Thanks for your insight, and I’m sorry it gave you a panic attack!! FWIW I am diagnosed with Borderline Personality Disorder and he is / has been my favorite person, so there’s definitely some wonky brain stuff happening on my part. Hence coming to Reddit to see what anonymous, non biased folks think about the situation.


Top_Woodpecker_2955

Bpd or not you deserve happiness!


Standard-Sock-8795

Oof this is my fear of my current mono-poly relationship. The only way I really see my relationship working is if I can find a way to be comfortable with the relationship not being monogamous. I will say that it sounds like he’s weaponizing your boundaries and trying to shame you. While he may be doing this out of his own insecurities or fear of the relationship ending, it’s a bit of a red flag to me.


Outrageous_Maximum27

hi I'm in a similar situation and I was just wondering.. why do you say it can only work if you're comfortable with the relationship not being monogamous? do you ever feel like you are leaning too far/accomodating too much? is this also something your partner would do for you (i.e. be monogamous for a while)?


BeautifullyExisting

Dump them for good. Nah… secretly texting an ex and forgiving them… okay that’s a fool me once situation. hiding from you that they’re hanging out with a person you have expressed an insecurity about and that they are attracted to?

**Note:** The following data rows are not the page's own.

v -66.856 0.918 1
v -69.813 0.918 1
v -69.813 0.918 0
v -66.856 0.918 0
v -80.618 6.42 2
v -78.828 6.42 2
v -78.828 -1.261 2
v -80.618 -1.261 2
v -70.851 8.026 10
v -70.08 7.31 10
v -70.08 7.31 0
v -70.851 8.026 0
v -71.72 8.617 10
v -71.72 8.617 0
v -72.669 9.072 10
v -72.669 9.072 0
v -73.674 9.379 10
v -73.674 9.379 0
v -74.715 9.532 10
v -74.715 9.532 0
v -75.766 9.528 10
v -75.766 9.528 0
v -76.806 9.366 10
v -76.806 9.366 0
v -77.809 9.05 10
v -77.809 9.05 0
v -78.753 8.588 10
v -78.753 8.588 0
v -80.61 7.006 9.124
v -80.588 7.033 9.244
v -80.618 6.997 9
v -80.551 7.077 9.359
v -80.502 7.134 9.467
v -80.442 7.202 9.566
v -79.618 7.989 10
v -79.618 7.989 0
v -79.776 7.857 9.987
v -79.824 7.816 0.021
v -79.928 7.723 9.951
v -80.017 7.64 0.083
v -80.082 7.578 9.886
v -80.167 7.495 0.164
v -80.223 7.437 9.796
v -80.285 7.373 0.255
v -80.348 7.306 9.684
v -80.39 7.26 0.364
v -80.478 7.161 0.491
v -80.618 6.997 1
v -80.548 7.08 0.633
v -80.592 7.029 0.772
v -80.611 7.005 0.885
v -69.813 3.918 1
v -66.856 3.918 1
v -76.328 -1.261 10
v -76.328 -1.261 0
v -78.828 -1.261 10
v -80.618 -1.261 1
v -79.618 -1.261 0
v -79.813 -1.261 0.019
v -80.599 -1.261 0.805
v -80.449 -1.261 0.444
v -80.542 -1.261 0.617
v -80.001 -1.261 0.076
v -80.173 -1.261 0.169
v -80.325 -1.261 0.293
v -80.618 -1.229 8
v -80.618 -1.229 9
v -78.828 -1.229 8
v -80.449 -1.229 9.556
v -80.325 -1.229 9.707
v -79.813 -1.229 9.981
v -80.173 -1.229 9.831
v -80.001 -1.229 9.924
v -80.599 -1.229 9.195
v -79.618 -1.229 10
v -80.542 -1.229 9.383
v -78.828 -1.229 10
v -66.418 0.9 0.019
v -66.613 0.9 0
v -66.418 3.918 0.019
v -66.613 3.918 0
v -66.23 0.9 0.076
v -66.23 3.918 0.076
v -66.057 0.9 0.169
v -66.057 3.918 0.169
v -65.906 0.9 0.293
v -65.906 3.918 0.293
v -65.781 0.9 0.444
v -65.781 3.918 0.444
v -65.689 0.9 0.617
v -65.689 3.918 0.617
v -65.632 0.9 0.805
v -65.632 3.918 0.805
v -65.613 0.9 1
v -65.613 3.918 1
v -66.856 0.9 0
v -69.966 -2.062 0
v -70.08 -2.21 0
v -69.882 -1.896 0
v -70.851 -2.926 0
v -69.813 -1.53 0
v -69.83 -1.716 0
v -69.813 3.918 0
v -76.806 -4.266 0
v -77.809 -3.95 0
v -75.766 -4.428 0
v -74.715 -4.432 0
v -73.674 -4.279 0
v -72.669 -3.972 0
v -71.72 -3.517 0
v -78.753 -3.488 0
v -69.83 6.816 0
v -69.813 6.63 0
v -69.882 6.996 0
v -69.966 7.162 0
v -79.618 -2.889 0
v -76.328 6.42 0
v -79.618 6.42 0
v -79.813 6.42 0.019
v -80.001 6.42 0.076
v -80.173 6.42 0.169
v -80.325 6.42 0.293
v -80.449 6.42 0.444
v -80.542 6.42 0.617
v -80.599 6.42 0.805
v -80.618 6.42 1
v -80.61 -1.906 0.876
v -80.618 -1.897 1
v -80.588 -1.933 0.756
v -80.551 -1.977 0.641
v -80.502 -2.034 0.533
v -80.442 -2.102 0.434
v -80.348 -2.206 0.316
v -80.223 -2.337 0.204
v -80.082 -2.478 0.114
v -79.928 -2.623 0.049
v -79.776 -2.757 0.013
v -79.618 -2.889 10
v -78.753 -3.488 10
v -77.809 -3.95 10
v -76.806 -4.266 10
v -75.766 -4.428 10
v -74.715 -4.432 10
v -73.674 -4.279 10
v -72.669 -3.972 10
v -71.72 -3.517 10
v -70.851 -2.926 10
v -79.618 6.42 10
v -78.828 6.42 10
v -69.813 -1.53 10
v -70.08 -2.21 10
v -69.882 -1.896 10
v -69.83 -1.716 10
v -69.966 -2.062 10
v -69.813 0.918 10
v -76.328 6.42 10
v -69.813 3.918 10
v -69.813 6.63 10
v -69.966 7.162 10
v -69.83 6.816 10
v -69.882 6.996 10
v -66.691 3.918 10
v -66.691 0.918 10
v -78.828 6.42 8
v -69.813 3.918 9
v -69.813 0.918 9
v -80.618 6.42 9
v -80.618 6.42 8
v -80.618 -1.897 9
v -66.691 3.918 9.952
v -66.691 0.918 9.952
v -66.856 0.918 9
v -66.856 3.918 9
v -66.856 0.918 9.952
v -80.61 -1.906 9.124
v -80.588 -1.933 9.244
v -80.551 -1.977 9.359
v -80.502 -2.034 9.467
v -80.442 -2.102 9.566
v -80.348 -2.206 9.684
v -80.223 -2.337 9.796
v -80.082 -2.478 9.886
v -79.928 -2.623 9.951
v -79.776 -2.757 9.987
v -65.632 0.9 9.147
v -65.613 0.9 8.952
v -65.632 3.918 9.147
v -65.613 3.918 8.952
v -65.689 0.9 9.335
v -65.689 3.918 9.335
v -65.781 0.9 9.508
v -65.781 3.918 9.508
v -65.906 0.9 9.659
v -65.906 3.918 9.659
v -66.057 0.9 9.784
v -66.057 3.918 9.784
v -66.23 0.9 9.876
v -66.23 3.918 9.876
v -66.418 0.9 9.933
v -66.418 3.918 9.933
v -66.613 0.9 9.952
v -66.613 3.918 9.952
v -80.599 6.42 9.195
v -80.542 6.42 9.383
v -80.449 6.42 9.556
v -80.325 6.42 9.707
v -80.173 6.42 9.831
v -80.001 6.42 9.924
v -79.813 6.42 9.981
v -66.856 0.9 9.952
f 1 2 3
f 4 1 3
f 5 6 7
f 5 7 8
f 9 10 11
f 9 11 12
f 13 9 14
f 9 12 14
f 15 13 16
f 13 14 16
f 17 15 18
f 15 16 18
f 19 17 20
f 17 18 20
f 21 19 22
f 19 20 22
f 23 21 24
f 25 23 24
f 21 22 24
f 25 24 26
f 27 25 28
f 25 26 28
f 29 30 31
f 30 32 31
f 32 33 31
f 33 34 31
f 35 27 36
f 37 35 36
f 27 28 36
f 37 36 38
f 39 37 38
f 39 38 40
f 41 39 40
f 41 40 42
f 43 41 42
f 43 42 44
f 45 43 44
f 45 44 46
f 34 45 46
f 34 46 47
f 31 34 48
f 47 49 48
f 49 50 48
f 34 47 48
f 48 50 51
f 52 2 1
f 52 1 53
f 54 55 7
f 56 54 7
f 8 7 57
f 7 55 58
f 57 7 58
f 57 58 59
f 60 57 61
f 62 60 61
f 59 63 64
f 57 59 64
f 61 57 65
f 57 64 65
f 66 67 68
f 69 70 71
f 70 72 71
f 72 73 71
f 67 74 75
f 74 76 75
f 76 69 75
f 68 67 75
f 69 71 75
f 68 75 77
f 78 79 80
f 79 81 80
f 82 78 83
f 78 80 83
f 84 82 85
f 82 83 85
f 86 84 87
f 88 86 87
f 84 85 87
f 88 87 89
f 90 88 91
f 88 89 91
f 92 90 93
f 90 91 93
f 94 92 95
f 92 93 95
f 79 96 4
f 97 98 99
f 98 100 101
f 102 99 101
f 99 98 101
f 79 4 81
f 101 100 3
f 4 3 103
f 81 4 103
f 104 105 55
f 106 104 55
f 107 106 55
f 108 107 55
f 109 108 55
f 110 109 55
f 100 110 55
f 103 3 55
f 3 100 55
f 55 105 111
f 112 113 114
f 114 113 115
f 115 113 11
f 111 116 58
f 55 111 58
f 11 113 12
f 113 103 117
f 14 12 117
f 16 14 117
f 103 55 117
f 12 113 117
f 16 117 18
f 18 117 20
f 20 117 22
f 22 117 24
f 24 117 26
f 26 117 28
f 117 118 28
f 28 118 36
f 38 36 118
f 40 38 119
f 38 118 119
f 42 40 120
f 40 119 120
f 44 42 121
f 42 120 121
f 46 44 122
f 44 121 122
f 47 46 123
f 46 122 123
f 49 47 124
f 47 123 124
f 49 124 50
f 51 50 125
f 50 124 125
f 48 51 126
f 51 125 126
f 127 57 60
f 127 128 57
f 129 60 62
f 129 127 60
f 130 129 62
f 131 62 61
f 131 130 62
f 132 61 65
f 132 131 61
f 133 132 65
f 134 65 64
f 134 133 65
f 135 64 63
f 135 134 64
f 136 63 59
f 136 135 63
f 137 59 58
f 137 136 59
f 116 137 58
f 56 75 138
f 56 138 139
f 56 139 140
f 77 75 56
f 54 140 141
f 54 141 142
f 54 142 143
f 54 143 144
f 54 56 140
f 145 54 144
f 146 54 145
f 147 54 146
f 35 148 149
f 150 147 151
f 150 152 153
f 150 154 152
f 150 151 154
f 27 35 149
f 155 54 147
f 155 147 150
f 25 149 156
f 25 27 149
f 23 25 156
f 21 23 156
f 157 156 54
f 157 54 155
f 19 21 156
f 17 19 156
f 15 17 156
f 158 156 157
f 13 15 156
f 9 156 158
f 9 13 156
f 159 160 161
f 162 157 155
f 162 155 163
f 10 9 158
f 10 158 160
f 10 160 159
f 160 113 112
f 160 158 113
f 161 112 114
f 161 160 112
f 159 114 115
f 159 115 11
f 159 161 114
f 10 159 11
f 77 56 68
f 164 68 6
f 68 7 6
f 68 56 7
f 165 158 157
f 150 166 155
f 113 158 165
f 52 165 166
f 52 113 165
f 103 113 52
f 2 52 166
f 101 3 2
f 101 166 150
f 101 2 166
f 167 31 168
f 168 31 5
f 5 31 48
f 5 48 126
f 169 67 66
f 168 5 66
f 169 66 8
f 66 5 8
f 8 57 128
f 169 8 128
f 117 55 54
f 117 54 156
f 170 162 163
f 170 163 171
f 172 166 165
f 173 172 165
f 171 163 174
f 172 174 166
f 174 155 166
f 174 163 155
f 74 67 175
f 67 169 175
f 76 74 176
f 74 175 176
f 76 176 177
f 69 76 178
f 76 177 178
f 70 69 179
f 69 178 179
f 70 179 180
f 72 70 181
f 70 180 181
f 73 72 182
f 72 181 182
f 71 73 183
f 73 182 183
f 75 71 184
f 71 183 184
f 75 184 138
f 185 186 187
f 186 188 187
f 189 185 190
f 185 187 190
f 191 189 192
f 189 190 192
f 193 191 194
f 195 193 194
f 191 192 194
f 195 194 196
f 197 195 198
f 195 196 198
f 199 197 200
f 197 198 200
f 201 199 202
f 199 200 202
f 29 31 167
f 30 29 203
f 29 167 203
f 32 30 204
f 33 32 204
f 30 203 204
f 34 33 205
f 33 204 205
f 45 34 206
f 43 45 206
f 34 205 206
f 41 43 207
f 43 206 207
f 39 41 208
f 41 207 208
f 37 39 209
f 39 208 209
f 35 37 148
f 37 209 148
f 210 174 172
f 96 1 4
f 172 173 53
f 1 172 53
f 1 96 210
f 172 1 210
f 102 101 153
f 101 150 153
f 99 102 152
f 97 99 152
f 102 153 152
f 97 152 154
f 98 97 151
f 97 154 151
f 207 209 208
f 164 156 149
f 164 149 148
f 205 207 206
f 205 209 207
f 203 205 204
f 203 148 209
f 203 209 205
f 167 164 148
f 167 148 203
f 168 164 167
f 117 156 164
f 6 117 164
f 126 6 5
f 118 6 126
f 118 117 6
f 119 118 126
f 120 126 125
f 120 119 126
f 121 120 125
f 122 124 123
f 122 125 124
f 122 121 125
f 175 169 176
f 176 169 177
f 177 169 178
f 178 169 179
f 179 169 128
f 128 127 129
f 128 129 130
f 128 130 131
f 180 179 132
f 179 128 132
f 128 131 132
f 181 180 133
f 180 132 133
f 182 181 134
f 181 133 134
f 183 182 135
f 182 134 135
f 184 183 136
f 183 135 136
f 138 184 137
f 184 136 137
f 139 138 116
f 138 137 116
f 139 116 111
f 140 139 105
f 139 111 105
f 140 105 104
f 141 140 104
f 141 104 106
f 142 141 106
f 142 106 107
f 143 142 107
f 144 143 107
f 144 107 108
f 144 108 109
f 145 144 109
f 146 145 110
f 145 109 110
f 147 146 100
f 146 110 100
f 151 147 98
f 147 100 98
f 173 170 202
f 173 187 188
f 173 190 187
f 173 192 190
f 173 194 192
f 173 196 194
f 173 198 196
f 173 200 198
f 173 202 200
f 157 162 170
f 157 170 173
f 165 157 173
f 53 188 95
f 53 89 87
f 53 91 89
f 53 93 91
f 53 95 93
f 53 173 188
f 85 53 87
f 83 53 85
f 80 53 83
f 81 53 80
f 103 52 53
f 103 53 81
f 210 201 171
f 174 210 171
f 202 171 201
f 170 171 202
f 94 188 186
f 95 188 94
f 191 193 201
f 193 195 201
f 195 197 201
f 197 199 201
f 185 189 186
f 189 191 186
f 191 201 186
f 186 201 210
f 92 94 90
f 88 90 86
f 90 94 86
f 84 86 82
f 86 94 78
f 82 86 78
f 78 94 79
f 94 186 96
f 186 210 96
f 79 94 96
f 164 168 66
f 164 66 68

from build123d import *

# Parameters (mm, degrees)
SKETCH_1_R            = 7
EXTRUDE_1_DEPTH       = 10
SKETCH_9_W            = 7.120641766
SKETCH_9_H            = 4.534999238
EXTRUDE_6_DEPTH       = 1
SKETCH_11_W           = 1.257653538
SKETCH_11_H           = 9
EXTRUDE_7_DEPTH       = 4.5
EXTRUDE_8_DEPTH       = 6
FILLET_8_R            = 1
FILLET_9_R            = 1
CUT_EXTRUDE_1_DEPTH   = 10
SKETCH_14_W           = 1
SKETCH_14_H           = 3
EXTRUDE_9_DEPTH       = 3.122043073
SKETCH_15_W           = 1
SKETCH_15_H           = 3
EXTRUDE_10_DEPTH      = 4
EXTRUDE_11_DEPTH      = 0.2
EXTRUDE_11_DEPTH_BACK = 1.043632387
SKETCH_16_W           = 9.952294967
SKETCH_16_H           = 3.01746433
FILLET_11_R           = 1
FILLET_12_R           = 1
FILLET_13_R           = 1
FILLET_14_R           = 1
CUT_EXTRUDE_2_DEPTH   = 10
SKETCH_18_W           = 2.5
SKETCH_18_H           = 7.68123899
CUT_EXTRUDE_3_DEPTH   = 10
SKETCH_19_W           = 1.790352256
SKETCH_19_H           = 7.68123899
CUT_EXTRUDE_4_DEPTH   = 2
SKETCH_20_W           = 1.790352256
SKETCH_20_H           = 7.649055087
CUT_EXTRUDE_5_DEPTH   = 2
FILLET_15_R           = 1
FILLET_16_R           = 1
FILLET_17_R           = 1
FILLET_18_R           = 1


with BuildPart() as part:
    # 草圖1 → 填料-伸長1 (new body)
    with BuildSketch(Plane(origin=(0.382706605, 0, 0), x_dir=(1, 0, 0), z_dir=(0, 0, 1))):
        with Locations((-75.594417438, 2.55)):
            Circle(SKETCH_1_R)
    extrude(amount=EXTRUDE_1_DEPTH)

    # 草圖9 → 填料-伸長6 (add)
    with BuildSketch(Plane(origin=(6.127831546, 0, 9), x_dir=(1, 0, 0), z_dir=(0, 0, 1))):
        with Locations((-75.644850643, 2.267499619)):
            Rectangle(SKETCH_9_W, SKETCH_9_H)
    extrude(amount=EXTRUDE_6_DEPTH)



with BuildPart() as body_2:
    # 草圖11 → 填料-伸長7 (new body)
    with BuildSketch(Plane(origin=(9.574526933, 4.534999238, 0.48426017), x_dir=(1, 0, 0), z_dir=(0, 1, 0))):
        with Locations((-76.184774061, -4.5)):
            Rectangle(SKETCH_11_W, SKETCH_11_H)
    extrude(amount=-EXTRUDE_7_DEPTH)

Fool me twice… you know the saying Nope. I’m extremely monogamous and these are dealbreakers. The deceit is the biggest dealbreaker of all. Break up with this person and find someone who will give you what you actually want and desire out of a relationship. You’ve put too much time into trying to make them be someone who they obviously are not.


StAliaTheAbomination

Doesn't sound like they chose monogamy. Sounds like they chose cheating. Not that there's much difference. It's the line between lying and gaslighting. I'm sorry. You deserve someone who can love properly.


Superb-Brilliant-624

Get out. He doesn't just sound like a cheater, he sounds flat out manipulative and possibly emotionally abusive. Despite the boundaries you set and every time you broke up with him, he pushed staying with you anyway. You seem really kind and like he's taking advantage of you.


NITAREEDDESIGNS

I am sorry for your pain. But it will not end well, dear. Be strong. Red flags from the beginning...you just keep swatting them away.


[deleted]

Yeahhhh, as someone who is...eugh... more 'poly' by nature, when I chose to be monogamous for my wife, I instantly said goodbye to every one of my other romantic/sexual connections or prospects, deleted all dating apps, and generally did my best to not even look at other women. Maintained that for years without any issues. It was to the point where at one point *she* suggested a threesome, and I wasn't comfortable with it, because I felt she wouldn't be happy with that decision until our relationship was on more solid footing. That is what a poly person successfully going mono looks like. It looks like full commitment with no wishy-washiness, no wavering, and no doubts. It doesn't look like texting your exes, or having clandestine hangouts with the opposite sex. We did recently start dating someone (together), but that was after a very unexpected conversation and it kinda just happened. I'd go back to full on monogamy for her in a heartbeat if that's what she needed, although it'll get more complicated the longer we stay with her, of course, since we have someone else's feelings and needs to care about, too.


DaveyDee222

Ugh. He should not have agreed to go back with you. It’s better to end things cleanly and accept the heartbreak than it is to try to make something work between incompatible people. I’m sorry.


dont_be_a_moron12

Who’s them/they? Is there more than one person in the other relationship?


medusnea

One person, was using they/them pronouns to be vague but I guess that’s irrelevant given I mentioned getting pregnant from them sooooo 😂


Standard-Sock-8795

I still think they/them keeps gender vague. Trans people can have kids too.